The bottom line is if shit hits the fan, everything is up to you. So, to reference my previous comments about the global prospects of nuclear war or an attack on the United States, I think that is farfetched, but crazy has prevailed in the past. Crazy is the wild card and come time to time someone rears their ugly head, think Caligula and Hitler.  But societal breakdown doesn’t happen often, like 2,000 years between those events.

What pushed me over the edge is our power grid. Sure, an EMP can take down the grid, so can a Carrington event. In the 1850s, there was a solar flare that lit the telegraph wires on fire from a solar flare. A Carrington Event is estimated to decimate the power grid and will destroy all of our power grids. Estimates, if we have global cooperation to restore the grid will take months if not years.

What is truly scary is that a Carrington event, which is caused by a Coronal Mass Ejection or CME, is a blip in what the sun can do, and evidently has done. A Miyake event, which seems to occur every few hundred years is recorded in tree rings, and these events are recorded in tree rings. They aren’t sparsely recorded events lighting telegraph wires on fire, they are systemically more powerful.

So what happens then, a Carrington event will destroy our grid, and a Miyaki event will revert us to the Stone Age.

We all know what happens with the zombie apocalypse when everyone dies. What if everyone lives, and society dies? There is nothing in the stores, the warehouses, but everyone, at first anyway, is still alive. The population, when all of mankind’s technology is down raids everything. The world of Walking Dead where everyone is dead, and there are still supplies and food and water are not going to happen. Everything is gone.

Currently, we employ Just in Time Inventory, meaning that when a store receives an item on a truck, and offloads it to the shelf, it is almost immediately sold.
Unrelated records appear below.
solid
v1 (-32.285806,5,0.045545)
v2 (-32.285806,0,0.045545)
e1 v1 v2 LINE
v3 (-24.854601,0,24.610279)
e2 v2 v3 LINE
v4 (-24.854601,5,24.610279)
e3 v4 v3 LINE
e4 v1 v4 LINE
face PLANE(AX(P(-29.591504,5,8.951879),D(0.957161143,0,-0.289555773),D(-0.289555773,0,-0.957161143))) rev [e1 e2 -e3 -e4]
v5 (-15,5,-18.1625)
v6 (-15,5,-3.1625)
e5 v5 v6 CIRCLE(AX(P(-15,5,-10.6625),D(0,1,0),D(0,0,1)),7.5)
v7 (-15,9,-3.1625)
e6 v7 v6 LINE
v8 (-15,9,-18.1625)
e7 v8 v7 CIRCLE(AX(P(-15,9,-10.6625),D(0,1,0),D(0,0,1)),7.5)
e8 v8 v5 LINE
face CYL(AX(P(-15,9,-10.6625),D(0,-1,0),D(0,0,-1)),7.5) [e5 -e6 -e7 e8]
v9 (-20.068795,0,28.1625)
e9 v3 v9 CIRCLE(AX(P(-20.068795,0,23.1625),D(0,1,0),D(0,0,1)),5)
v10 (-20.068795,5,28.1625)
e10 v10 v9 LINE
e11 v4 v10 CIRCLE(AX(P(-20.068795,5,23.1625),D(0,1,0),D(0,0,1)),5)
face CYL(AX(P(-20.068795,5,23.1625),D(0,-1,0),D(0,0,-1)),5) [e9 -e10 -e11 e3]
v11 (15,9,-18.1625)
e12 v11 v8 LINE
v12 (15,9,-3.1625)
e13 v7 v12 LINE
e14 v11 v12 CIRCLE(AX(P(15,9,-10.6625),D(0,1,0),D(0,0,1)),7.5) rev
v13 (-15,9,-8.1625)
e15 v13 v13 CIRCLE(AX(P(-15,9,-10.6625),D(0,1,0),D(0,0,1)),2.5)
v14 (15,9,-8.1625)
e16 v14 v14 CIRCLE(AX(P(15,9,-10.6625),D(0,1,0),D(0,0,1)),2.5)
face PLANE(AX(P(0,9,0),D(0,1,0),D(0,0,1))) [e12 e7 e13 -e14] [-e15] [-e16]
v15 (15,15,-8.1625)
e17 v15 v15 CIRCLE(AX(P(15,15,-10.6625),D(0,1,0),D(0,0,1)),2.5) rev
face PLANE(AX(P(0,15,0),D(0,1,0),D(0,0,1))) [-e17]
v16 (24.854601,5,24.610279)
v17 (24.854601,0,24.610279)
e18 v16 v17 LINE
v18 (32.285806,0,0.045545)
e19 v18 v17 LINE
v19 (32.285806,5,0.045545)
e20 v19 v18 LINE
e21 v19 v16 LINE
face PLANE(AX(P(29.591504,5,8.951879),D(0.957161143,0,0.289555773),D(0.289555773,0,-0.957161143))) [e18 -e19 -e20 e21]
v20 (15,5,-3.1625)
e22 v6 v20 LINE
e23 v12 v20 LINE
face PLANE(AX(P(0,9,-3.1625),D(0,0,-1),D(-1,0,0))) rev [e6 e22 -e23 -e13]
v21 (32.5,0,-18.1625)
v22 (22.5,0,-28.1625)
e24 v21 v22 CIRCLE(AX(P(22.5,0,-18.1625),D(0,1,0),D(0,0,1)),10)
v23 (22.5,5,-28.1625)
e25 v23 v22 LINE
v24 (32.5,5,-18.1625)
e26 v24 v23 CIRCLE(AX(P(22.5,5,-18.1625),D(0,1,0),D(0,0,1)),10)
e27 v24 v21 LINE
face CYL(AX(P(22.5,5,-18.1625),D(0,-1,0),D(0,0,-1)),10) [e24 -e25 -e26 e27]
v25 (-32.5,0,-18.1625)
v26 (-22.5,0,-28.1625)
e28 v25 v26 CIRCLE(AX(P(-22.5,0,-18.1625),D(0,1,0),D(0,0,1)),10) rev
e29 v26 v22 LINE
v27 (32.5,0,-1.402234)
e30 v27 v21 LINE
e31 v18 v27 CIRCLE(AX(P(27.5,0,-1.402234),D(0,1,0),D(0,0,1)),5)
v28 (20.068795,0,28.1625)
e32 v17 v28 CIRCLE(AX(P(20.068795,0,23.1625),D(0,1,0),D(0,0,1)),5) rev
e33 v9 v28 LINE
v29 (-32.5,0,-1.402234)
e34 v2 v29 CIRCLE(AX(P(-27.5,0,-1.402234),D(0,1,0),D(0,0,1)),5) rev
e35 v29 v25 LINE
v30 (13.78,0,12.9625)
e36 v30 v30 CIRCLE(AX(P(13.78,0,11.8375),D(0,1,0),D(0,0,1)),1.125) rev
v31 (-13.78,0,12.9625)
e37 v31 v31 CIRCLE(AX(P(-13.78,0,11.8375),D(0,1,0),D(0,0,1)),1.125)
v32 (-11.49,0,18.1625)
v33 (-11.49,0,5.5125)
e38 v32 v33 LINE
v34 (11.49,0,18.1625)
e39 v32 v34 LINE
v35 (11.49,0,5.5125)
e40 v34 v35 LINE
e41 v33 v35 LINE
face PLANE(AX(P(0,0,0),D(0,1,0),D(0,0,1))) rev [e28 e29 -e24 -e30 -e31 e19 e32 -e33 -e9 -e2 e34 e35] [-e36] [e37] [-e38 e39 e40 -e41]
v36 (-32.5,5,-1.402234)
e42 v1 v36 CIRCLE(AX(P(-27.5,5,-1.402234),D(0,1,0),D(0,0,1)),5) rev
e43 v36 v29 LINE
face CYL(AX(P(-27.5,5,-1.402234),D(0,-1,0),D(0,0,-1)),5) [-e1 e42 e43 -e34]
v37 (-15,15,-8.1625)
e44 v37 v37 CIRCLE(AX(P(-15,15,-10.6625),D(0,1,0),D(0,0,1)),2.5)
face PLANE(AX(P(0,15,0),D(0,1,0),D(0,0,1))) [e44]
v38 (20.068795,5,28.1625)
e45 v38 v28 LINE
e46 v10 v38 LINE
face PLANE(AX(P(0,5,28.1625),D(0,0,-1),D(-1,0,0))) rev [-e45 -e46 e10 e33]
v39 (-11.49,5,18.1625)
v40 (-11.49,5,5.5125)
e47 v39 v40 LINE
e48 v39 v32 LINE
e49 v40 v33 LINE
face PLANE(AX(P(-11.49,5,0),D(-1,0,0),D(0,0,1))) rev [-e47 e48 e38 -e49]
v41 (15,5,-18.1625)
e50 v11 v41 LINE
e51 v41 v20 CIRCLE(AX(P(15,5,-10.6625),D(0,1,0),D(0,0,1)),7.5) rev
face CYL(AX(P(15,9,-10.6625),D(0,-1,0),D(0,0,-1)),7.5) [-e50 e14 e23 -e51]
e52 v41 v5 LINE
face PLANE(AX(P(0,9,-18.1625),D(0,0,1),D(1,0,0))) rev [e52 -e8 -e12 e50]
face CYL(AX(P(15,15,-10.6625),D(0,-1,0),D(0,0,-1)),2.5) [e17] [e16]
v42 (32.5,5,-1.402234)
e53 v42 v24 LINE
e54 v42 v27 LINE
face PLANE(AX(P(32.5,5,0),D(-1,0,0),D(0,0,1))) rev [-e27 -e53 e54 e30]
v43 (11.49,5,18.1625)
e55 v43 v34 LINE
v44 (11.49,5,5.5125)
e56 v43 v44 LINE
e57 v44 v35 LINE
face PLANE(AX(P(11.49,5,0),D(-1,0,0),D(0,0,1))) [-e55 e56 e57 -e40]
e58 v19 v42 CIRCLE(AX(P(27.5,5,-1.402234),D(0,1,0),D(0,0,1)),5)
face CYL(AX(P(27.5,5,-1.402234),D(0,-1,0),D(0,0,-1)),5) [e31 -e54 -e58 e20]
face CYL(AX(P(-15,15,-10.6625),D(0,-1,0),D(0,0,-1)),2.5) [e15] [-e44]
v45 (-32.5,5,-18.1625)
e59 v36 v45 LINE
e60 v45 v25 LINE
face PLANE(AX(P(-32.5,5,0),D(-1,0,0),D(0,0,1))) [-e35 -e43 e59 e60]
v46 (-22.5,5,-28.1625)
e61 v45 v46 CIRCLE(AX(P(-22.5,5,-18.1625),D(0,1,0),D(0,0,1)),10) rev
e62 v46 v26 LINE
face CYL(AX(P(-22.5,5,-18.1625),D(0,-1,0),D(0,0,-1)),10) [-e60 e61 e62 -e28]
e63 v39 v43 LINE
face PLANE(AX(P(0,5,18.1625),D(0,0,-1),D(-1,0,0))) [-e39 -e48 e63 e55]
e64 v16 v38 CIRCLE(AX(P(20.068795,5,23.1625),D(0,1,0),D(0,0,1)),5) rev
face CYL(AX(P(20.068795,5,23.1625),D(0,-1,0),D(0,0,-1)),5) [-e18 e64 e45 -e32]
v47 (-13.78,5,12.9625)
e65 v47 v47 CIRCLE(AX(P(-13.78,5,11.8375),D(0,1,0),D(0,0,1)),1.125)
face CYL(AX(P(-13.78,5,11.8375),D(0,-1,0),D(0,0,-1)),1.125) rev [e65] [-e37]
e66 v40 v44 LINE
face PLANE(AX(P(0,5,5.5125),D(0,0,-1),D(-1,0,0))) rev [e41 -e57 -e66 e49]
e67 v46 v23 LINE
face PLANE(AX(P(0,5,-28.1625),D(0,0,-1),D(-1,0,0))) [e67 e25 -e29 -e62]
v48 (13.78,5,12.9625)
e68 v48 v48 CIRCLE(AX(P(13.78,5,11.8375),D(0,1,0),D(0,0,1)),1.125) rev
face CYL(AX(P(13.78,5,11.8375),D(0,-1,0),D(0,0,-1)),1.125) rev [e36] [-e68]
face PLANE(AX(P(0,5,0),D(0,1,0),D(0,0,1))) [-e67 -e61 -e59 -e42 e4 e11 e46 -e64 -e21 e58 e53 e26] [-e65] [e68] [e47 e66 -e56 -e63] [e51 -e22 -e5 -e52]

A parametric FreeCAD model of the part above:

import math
import FreeCAD as App
import Part
import Sketcher
Q = App.Units.Quantity


def add_polygon(sketch, points):
    """Adds a closed chain of lines whose ends are joined by coincident constraints."""
    first, n = sketch.GeometryCount, len(points)
    for a, b in zip(points, points[1:] + points[:1]):
        sketch.addGeometry(Part.LineSegment(App.Vector(*a, 0), App.Vector(*b, 0)), False)
    for i in range(n):
        sketch.addConstraint(Sketcher.Constraint("Coincident", first + i, 2, first + (i + 1) % n, 1))

doc = App.newDocument("Part")
body = doc.addObject("PartDesign::Body", "Body")

sketch1 = body.newObject("Sketcher::SketchObject", "Sketch")
sketch1.AttachmentSupport = (doc.getObject("XZ_Plane"), [""])
sketch1.MapMode = "FlatFace"
sketch1.addGeometry(Part.LineSegment(App.Vector(32.5, -1.402234, 0), App.Vector(32.5, -18.1625, 0)), False)
sketch1.addGeometry(Part.ArcOfCircle(Part.Circle(App.Vector(22.5, -18.1625, 0), App.Vector(0, 0, 1), 10), math.radians(-90), math.radians(0)), False)
sketch1.addGeometry(Part.LineSegment(App.Vector(22.5, -28.1625, 0), App.Vector(-22.5, -28.1625, 0)), False)
sketch1.addGeometry(Part.ArcOfCircle(Part.Circle(App.Vector(-22.5, -18.1625, 0), App.Vector(0, 0, 1), 10), math.radians(180), math.radians(270)), False)
sketch1.addGeometry(Part.LineSegment(App.Vector(-32.5, -18.1625, 0), App.Vector(-32.5, -1.402234, 0)), False)
sketch1.addGeometry(Part.ArcOfCircle(Part.Circle(App.Vector(-27.5, -1.402234, 0), App.Vector(0, 0, 1), 5), math.radians(163.168637), math.radians(180)), False)
sketch1.addGeometry(Part.LineSegment(App.Vector(-32.285806, 0.045545, 0), App.Vector(-24.854601, 24.610279, 0)), False)
sketch1.addGeometry(Part.ArcOfCircle(Part.Circle(App.Vector(-20.068795, 23.1625, 0), App.Vector(0, 0, 1), 5), math.radians(90), math.radians(163.168637)), False)
sketch1.addGeometry(Part.LineSegment(App.Vector(-20.068795, 28.1625, 0), App.Vector(20.068795, 28.1625, 0)), False)
sketch1.addGeometry(Part.ArcOfCircle(Part.Circle(App.Vector(20.068795, 23.1625, 0), App.Vector(0, 0, 1), 5), math.radians(16.831363), math.radians(90)), False)
sketch1.addGeometry(Part.LineSegment(App.Vector(24.854601, 24.610279, 0), App.Vector(32.285806, 0.045545, 0)), False)
sketch1.addGeometry(Part.ArcOfCircle(Part.Circle(App.Vector(27.5, -1.402234, 0), App.Vector(0, 0, 1), 5), math.radians(0), math.radians(16.831363)), False)
sketch1.addGeometry(Part.Circle(App.Vector(-13.78, 11.8375, 0), App.Vector(0, 0, 1), 1.125), False)
add_polygon(sketch1, [(11.49, 18.1625), (-11.49, 18.1625), (-11.49, 5.5125), (11.49, 5.5125)])
sketch1.addGeometry(Part.Circle(App.Vector(13.78, 11.8375, 0), App.Vector(0, 0, 1), 1.125), False)
sketch1.addGeometry(Part.LineSegment(App.Vector(-15, -18.1625, 0), App.Vector(15, -18.1625, 0)), False)
sketch1.addGeometry(Part.ArcOfCircle(Part.Circle(App.Vector(15, -10.6625, 0), App.Vector(0, 0, 1), 7.5), math.radians(-90), math.radians(90)), False)
sketch1.addGeometry(Part.LineSegment(App.Vector(15, -3.1625, 0), App.Vector(-15, -3.1625, 0)), False)
sketch1.addGeometry(Part.ArcOfCircle(Part.Circle(App.Vector(-15, -10.6625, 0), App.Vector(0, 0, 1), 7.5), math.radians(90), math.radians(270)), False)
Walmart is the king of this technology and that is why they receive daily shipments and are stocking their shelves daily. My point is that if we lose the grid, there may be a few supplies on the shelves of stores, but there won’t be enough to sustain us.

In the 1800s, parents taught their children basic skills. Things like milking cows, making cheesecloth and gardening. We take these skills for granted today as we rely on what we can readily go out and buy.

If this happens, well, we are all likely screwed. People who were preppers will prevail, but like you, I am late to that party. I don’t have stockpiles of canned goods and other things in my home, and you are the same. If you want to prep today, you are limited by how much you can purchase. At the end of the day though, despite what you prepare, and what you buy today, everything has a shelf life. If you have 5 years’ worth of canned goods that expire in 2 years, you only have 2 years’ worth of food, then what?

We, as a society, have lost the sets of skills that our forefathers had.  I have spent about a year looking at guides and trying to compile a list of skills that I or my family might need to survive if shit hits the fan (SHTF).

What I am trying to accomplish with this guide is a collection of basic skills that you can use to try and help you and your family survive. We take for granted right now that we can look up anything online and we can find a hundred different ways to do it. What if that goes away?

There are hundreds and thousands of books out there on how to stockpile your home, how to defend yourself, what types of guns to own, and how to brew beer, wine, and liquor, but there isn’t a basic book of skills that you would need should the internet go away. My goal with this book is to give you those basic skills, and to provide a reference manual of things that you might need to know should SHTF. The skills our forefathers were taught, but we weren’t.

With the help of AI, I have compiled instructions on basic skills that we may need if we lose access to the internet. Some of these are not verified as they are currently illegal to do, but should SHTF, well, laws won’t matter, and you may need to at least attempt to do some of the things in this book.